SOURCE MATERIAL

┌────────

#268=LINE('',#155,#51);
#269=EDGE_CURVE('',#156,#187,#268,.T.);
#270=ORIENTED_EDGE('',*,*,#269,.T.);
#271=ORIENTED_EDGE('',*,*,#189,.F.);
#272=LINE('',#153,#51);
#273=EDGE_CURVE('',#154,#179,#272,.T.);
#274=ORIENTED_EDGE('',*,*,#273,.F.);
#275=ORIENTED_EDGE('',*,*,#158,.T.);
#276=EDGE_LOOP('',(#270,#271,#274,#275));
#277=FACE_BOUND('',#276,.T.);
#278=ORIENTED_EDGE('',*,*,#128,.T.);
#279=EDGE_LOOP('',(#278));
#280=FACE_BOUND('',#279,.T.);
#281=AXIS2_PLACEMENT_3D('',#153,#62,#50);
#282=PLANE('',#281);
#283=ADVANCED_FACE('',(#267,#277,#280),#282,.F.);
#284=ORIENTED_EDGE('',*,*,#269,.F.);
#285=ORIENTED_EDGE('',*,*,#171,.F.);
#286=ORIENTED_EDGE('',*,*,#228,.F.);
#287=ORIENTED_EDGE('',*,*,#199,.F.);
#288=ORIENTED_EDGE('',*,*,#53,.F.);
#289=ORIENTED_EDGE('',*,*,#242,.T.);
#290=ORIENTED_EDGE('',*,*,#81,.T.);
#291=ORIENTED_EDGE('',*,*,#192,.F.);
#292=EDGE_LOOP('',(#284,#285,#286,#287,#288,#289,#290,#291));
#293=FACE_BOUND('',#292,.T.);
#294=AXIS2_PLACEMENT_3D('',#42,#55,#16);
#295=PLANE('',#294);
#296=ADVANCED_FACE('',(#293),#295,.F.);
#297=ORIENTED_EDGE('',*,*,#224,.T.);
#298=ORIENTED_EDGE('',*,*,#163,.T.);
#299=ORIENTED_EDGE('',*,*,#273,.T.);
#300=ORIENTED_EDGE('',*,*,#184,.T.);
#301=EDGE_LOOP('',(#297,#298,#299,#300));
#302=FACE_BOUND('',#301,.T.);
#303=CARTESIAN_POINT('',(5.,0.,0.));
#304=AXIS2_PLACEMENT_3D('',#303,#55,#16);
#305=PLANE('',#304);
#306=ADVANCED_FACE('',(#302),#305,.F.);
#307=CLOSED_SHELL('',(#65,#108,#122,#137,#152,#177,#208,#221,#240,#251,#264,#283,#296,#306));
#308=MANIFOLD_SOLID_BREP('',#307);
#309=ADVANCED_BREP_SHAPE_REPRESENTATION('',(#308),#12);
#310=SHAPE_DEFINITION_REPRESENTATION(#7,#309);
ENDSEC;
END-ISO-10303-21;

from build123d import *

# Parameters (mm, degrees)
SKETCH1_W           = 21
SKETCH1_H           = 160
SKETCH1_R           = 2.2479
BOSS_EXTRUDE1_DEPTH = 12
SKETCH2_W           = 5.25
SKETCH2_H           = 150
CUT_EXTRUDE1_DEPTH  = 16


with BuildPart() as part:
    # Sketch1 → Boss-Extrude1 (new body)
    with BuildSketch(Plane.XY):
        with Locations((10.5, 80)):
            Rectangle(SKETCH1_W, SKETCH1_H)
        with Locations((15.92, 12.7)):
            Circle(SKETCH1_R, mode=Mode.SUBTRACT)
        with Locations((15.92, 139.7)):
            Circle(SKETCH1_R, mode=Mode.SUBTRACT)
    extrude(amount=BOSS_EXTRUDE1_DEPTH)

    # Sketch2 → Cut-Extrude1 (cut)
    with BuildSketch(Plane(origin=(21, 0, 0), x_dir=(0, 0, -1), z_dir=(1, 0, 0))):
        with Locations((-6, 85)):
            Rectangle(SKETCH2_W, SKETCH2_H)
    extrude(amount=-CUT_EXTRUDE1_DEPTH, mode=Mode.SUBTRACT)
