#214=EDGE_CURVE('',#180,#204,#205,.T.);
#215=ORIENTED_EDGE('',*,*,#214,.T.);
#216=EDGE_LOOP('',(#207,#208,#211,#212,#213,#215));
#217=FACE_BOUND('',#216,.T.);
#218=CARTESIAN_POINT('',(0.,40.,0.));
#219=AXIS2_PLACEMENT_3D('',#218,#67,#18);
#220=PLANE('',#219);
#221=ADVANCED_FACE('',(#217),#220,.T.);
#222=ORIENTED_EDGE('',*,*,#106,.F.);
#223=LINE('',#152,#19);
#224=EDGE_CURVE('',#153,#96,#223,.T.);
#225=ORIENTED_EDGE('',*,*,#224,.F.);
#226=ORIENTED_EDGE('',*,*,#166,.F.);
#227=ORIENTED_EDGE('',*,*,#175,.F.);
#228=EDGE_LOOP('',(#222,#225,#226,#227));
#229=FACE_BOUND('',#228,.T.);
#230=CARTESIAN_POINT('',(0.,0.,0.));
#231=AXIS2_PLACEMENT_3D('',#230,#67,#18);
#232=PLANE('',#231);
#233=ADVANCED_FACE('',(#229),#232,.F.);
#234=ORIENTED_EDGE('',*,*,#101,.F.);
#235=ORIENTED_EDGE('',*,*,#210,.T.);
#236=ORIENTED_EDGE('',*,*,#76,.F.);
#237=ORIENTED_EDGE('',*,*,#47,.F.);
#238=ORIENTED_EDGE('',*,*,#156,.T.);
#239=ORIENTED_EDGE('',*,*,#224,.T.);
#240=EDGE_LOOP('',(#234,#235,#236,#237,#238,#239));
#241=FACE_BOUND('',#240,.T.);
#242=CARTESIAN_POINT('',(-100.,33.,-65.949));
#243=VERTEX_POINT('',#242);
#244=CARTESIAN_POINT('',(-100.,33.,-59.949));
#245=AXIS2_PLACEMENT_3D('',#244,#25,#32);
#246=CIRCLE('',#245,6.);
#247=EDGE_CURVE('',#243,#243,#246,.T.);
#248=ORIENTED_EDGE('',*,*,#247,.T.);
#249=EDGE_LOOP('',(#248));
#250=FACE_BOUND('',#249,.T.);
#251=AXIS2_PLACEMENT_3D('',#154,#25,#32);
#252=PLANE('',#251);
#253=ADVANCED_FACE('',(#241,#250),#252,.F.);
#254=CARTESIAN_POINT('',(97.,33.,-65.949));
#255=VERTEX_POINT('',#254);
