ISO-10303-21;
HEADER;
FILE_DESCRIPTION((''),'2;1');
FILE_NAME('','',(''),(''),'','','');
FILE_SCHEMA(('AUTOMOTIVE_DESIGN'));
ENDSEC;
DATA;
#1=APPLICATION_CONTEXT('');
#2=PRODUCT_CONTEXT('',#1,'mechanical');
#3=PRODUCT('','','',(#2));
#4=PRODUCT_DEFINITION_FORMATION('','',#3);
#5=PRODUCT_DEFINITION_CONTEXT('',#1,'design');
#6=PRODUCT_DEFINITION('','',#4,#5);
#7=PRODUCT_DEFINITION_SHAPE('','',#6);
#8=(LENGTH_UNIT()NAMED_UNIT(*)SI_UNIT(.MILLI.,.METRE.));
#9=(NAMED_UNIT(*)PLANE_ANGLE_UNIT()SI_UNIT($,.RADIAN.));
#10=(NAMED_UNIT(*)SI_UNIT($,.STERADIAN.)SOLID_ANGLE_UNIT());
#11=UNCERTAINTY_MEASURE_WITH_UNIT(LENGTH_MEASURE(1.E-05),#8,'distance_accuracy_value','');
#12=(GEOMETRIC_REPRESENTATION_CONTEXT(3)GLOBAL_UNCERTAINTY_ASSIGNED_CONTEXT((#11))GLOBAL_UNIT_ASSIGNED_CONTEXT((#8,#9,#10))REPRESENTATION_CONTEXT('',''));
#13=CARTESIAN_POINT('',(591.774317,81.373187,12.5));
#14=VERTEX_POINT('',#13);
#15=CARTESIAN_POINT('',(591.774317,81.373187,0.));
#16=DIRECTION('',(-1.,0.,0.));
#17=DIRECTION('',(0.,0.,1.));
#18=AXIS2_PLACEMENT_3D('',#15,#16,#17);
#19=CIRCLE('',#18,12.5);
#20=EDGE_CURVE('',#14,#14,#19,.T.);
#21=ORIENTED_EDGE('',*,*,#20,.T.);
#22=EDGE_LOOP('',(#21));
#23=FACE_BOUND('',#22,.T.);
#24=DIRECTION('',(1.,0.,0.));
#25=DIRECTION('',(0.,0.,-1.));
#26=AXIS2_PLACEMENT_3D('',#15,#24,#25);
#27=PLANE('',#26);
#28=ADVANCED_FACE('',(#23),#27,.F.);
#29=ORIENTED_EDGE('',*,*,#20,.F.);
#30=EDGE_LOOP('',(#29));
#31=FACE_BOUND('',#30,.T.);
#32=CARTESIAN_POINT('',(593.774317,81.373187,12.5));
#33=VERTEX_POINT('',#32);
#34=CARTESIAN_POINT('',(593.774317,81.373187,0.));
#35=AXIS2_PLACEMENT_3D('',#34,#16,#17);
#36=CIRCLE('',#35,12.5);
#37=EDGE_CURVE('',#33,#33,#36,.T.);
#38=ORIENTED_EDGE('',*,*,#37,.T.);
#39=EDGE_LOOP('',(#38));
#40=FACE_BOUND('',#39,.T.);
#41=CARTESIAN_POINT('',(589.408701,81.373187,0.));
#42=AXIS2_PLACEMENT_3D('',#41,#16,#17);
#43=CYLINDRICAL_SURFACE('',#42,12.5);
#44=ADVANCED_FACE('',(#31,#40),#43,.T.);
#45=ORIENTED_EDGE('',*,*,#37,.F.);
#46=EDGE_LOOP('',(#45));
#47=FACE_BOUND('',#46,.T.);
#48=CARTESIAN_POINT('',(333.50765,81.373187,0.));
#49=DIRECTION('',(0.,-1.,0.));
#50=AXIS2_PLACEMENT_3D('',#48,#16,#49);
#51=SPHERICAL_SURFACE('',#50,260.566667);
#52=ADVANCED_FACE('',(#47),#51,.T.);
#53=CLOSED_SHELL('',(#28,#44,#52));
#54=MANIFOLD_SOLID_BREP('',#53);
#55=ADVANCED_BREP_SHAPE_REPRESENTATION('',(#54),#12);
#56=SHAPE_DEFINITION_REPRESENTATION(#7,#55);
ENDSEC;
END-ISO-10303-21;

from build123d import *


with BuildPart() as part:
    # 草图1 → 旋转1 (revolve)
    with BuildSketch(Plane.XY, mode=Mode.PRIVATE) as revolve_1_sk:
        with BuildLine():
            Line((591.77431671, 81.37318733), (591.77431671, 93.87318733))
            Line((591.77431671, 93.87318733), (593.77431671, 93.87318733))
            ThreePointArc((593.77431671, 93.87318733), (593.999305913, 87.624987071), (594.07431671, 81.37318733))
            Line((594.07431671, 81.37318733), (591.77431671, 81.37318733))
        make_face()
    revolve(revolve_1_sk.sketch.rotate(Axis((589.408700808, 81.37318733, 0), (1, 0, 0)), 180), axis=Axis((589.408700808, 81.37318733, 0), (1, 0, 0)))  # turned: the seam where the file's is


solid = part.part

└────────

INSTRUCTIONS TO FOLLOW
A line qualifies when it holds the word "amount"; report all qualifying lines from the records above.

SOLUTION TO THIS EXERCISE
    extrude(amount=BOSS_EXTRUDE1_DEPTH)
    extrude(amount=-CUT_EXTRUDE1_DEPTH, mode=Mode.SUBTRACT)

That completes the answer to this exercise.